レインウェアは苦手だ。作業の邪魔だし、とにかく蒸れる。夏場ならTシャツ姿のまま構わず濡れるだけだが、さすがに冬はそうもいかない。風邪をひくわけにもいかず渋々着ると、指先は凍てついているのに胴体は蒸れているという、ちょっとした地獄が出来上がる。

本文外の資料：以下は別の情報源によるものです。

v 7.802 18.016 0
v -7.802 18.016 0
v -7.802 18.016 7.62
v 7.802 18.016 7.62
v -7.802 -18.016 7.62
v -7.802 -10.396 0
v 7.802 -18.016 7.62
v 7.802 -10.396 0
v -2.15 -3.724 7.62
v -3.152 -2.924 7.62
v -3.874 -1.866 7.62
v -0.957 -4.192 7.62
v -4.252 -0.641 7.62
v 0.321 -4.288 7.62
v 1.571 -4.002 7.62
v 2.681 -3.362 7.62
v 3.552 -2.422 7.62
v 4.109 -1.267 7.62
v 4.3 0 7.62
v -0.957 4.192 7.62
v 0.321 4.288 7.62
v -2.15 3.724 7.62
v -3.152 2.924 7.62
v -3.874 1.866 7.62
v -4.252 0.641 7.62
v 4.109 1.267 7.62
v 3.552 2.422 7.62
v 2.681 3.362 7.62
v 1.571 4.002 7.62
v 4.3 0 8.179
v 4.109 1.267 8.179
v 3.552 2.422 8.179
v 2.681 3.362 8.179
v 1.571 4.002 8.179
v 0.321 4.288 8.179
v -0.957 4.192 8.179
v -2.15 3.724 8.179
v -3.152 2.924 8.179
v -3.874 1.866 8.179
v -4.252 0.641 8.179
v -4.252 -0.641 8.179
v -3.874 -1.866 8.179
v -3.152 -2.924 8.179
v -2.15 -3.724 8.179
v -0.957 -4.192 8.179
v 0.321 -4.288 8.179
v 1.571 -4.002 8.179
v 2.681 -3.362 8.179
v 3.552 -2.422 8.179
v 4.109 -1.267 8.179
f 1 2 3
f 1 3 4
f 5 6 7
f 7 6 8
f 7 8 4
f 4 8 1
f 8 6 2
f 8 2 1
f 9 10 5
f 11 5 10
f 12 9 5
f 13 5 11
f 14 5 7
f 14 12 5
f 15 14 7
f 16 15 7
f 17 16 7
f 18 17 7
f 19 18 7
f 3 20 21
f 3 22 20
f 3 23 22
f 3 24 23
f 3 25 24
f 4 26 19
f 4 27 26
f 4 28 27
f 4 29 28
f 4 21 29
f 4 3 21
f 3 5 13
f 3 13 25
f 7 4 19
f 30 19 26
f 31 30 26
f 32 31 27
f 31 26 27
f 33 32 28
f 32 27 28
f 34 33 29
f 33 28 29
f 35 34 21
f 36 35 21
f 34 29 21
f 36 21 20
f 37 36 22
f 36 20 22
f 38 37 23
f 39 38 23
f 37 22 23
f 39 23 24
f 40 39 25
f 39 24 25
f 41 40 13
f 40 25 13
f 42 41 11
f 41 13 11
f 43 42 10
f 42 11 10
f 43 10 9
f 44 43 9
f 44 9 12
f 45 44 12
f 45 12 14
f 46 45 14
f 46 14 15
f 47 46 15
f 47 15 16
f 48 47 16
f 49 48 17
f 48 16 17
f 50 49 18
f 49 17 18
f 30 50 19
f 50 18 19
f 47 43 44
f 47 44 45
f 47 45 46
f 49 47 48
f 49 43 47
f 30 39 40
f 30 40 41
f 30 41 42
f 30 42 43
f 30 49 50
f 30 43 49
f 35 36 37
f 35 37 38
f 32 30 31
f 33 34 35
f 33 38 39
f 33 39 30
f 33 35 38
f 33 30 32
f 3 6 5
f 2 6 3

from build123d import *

# Parameters (mm, degrees)
F0_W     = 15.6047875062
F0_H     = 36.0328741372
F1_DEPTH = 7.62
F2_SIZE  = 7.61999
F3_R     = 4.2995581312
F4_DEPTH = 0.5588


# Not quite as in the source:
# - a fillet or chamfer is up to 0.001 mm smaller than in the source, because OpenCascade refuses the exact size


with BuildPart() as f1:
    # F0 (on Top) → F1 (new body)
    with BuildSketch(Plane.XY):
        Rectangle(F0_W, F0_H)
    extrude(amount=F1_DEPTH)

    # F2 (size 7.62 in the source; OpenCascade refuses exactly that, so slightly less here)
    f2_edges = [f1.edges().sort_by_distance(p)[0] for p in [
        (0, -18.016437, 0),
    ]]
    chamfer(f2_edges, length=F2_SIZE)

    # F3 (on face) → F4 (join)
    with BuildSketch(Plane.XY.offset(7.62)):
        Circle(F3_R)
    extrude(amount=F4_DEPTH)


solid = f1.part
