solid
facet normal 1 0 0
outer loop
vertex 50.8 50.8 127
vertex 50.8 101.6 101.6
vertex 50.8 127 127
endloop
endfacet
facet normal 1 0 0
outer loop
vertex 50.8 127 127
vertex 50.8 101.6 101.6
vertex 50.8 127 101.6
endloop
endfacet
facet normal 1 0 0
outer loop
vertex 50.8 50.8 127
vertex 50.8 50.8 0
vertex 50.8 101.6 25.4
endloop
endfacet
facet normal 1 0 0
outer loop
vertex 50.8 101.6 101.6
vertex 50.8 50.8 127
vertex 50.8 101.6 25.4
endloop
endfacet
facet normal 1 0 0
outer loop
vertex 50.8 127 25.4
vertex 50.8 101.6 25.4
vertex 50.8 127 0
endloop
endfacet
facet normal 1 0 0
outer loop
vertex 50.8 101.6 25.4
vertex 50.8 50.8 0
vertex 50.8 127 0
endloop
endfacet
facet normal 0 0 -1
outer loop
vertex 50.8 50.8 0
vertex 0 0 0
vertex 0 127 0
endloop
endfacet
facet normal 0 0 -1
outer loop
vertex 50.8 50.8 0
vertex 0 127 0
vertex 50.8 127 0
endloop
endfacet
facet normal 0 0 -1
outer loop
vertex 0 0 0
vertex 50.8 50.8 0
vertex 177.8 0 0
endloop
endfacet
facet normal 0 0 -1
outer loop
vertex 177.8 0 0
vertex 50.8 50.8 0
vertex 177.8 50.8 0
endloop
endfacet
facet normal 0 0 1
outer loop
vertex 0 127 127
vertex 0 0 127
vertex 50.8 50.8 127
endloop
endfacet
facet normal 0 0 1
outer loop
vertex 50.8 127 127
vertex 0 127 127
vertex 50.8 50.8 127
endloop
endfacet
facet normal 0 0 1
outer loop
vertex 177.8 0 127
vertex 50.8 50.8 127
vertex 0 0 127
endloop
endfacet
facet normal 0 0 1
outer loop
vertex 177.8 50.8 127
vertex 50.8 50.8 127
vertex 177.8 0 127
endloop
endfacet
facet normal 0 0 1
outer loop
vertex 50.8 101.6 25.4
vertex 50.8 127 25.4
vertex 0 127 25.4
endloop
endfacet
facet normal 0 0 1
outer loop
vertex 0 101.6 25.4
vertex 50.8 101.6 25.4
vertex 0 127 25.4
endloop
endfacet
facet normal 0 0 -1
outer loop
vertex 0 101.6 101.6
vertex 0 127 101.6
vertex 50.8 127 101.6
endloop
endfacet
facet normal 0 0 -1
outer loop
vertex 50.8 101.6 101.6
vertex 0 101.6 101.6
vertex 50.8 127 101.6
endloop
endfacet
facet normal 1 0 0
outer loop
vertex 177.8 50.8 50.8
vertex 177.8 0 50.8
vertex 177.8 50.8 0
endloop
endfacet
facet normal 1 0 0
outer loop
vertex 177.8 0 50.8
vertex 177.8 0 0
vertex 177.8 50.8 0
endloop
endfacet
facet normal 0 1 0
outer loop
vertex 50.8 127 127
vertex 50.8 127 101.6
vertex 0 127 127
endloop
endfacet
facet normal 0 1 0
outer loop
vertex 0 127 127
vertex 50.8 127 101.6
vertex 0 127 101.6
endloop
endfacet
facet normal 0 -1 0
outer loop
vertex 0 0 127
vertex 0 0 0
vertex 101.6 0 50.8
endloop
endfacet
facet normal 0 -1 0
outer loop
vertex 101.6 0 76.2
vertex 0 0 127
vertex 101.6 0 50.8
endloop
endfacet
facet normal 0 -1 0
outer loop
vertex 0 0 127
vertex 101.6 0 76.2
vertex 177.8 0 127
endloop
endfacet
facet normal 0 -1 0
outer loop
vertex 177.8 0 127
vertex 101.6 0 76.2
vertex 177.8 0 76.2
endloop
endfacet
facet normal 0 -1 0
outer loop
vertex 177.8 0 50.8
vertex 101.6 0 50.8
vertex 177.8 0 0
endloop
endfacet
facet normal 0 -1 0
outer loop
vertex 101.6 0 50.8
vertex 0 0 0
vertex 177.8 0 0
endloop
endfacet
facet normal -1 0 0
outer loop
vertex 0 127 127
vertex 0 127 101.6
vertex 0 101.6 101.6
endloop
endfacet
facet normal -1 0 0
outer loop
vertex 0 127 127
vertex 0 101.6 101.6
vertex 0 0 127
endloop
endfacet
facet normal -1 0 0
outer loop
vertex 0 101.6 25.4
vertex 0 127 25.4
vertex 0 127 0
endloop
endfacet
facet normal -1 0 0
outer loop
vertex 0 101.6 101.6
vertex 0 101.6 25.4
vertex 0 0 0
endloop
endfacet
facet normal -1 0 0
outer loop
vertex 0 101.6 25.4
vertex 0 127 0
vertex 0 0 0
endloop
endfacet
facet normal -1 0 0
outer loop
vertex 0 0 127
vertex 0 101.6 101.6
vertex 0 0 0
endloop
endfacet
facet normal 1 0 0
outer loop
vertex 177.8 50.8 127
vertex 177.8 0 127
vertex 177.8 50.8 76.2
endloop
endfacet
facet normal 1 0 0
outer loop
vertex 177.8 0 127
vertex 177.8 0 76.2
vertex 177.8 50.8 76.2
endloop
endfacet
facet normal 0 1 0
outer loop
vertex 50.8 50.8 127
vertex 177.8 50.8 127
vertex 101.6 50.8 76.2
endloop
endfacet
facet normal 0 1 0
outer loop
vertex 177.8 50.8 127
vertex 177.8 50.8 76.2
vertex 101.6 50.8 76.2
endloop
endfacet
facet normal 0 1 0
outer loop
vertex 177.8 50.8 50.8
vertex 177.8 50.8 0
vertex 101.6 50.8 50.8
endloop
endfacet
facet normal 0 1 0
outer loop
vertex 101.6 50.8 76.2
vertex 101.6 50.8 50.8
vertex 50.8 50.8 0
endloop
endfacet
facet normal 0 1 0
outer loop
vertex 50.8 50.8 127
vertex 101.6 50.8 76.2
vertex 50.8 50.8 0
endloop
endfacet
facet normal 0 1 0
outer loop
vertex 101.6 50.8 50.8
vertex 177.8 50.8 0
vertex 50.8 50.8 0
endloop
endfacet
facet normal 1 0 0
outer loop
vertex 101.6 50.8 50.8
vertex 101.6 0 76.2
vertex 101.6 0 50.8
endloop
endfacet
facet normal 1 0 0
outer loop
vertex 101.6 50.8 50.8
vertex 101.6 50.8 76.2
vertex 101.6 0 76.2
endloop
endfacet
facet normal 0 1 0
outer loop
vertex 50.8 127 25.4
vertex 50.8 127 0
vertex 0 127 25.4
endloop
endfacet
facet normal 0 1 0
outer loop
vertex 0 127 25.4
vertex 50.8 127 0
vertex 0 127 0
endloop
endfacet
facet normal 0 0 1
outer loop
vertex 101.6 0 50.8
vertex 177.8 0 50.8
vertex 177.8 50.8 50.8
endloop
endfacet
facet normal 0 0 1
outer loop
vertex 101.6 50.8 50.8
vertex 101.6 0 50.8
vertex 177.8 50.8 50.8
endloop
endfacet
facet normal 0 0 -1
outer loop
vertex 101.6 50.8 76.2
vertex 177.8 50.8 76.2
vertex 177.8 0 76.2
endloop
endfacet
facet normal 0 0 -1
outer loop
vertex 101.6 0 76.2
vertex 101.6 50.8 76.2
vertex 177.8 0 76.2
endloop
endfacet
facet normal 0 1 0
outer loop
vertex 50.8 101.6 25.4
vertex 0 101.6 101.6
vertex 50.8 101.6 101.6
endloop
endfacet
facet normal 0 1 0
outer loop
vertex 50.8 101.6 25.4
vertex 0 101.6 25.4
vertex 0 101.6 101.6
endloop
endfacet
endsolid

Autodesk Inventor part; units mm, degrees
ref_plane "YZ Plane" through (0, 0, 0) normal (1, 0, 0) x (0, 1, 0)
ref_plane "XZ Plane" through (0, 0, 0) normal (0, 1, 0) x (-1, 0, 0)
ref_plane "XY Plane" through (0, 0, 0) normal (0, 0, 1) x (1, 0, 0)
sketch "Sketch1" plane through (0, 0, 0) normal (0, 0, 1) x (1, 0, 0)
  line L0 (0, 0) -> (9.2453, 0)
  line L1 (0, 0) -> (177.8, 0)
  line L2 (177.8, 0) -> (177.8, 50.8)
  line L3 (177.8, 50.8) -> (50.8, 50.8)
  line L4 (50.8, 50.8) -> (50.8, 127)
  line L5 (50.8, 127) -> (0, 127)
  line L6 (0, 127) -> (0, 0)
  dimension "d0" = 177.8
  dimension "d1" = 50.8
  dimension "d2" = 127
  dimension "d3" = 76.2
  dimension "d4" = 50.8
extrude "Extrusion1" add sketch "Sketch1" along normal blind 127
sketch "Sketch2" plane through (177.8, 0, 0) normal (1, 0, 0) x (0, 0, -1)
  line L0 (0, 50.8) -> (-127, 50.8) projected
  line L1 (-63.5, 50.8) -> (-50.8, 50.8)
  line L2 (-50.8, 50.8) -> (-76.2, 50.8)
  line L3 (-76.2, 50.8) -> (-76.2, 0)
  line L4 (-76.2, 0) -> (-50.8, 0)
  line L5 (-50.8, 0) -> (-50.8, 50.8)
  point P0 (0, 0)
  dimension "d7" = 12.7
  dimension "d8" = 25.4
  dimension "d9" = 50.8
extrude "Extrusion2" cut sketch "Sketch2" against normal blind 76.2
sketch "Sketch3" plane through (0, 127, 0) normal (0, 1, 0) x (1, 0, 0)
  line L0 (0, 0) -> (0, -127) projected
  line L1 (0, -63.5) -> (0, -101.6)
  line L2 (0, -101.6) -> (50.8, -101.6)
  line L3 (50.8, -101.6) -> (50.8, -25.4)
  line L4 (50.8, -25.4) -> (0, -25.4)
  line L5 (0, -25.4) -> (0, -101.6)
  dimension "d12" = 38.1
  dimension "d13" = 50.8
  dimension "d14" = 76.2
extrude "Extrusion3" cut sketch "Sketch3" against normal blind 25.4
properties part number "10-18-19 A"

「今日は無理だな。断りを入れて来るから、撤収作業を頼む」
外仕事に雨はつきもので、小雨程度なら当然に続行する。しかし、明らかな大雨となると話はまた別だ。
高所作業の危険性の問題はもちろん、電動の道具が使えない場面も出て来る。個人宅の依頼の場合、大抵は美観を保つ事が目的だが、足跡や泥ハネは付き放題だし、切り枝や落ち葉の掃除も完璧にはこなせない。
今回の依頼人も、俺達が作業の手を止めたのを察知して、諦め顔で玄関から顔を出して来た。
本日の仕事は、これにて強制終了。
トイレに行きたいと騒ぐ弟を荷物と一緒に事務所で降ろし、一人でガソリンスタンドに向かった。去年までの自分であれば、真っ先にアパートに帰ってなだれ込むように横になっていたに違いない。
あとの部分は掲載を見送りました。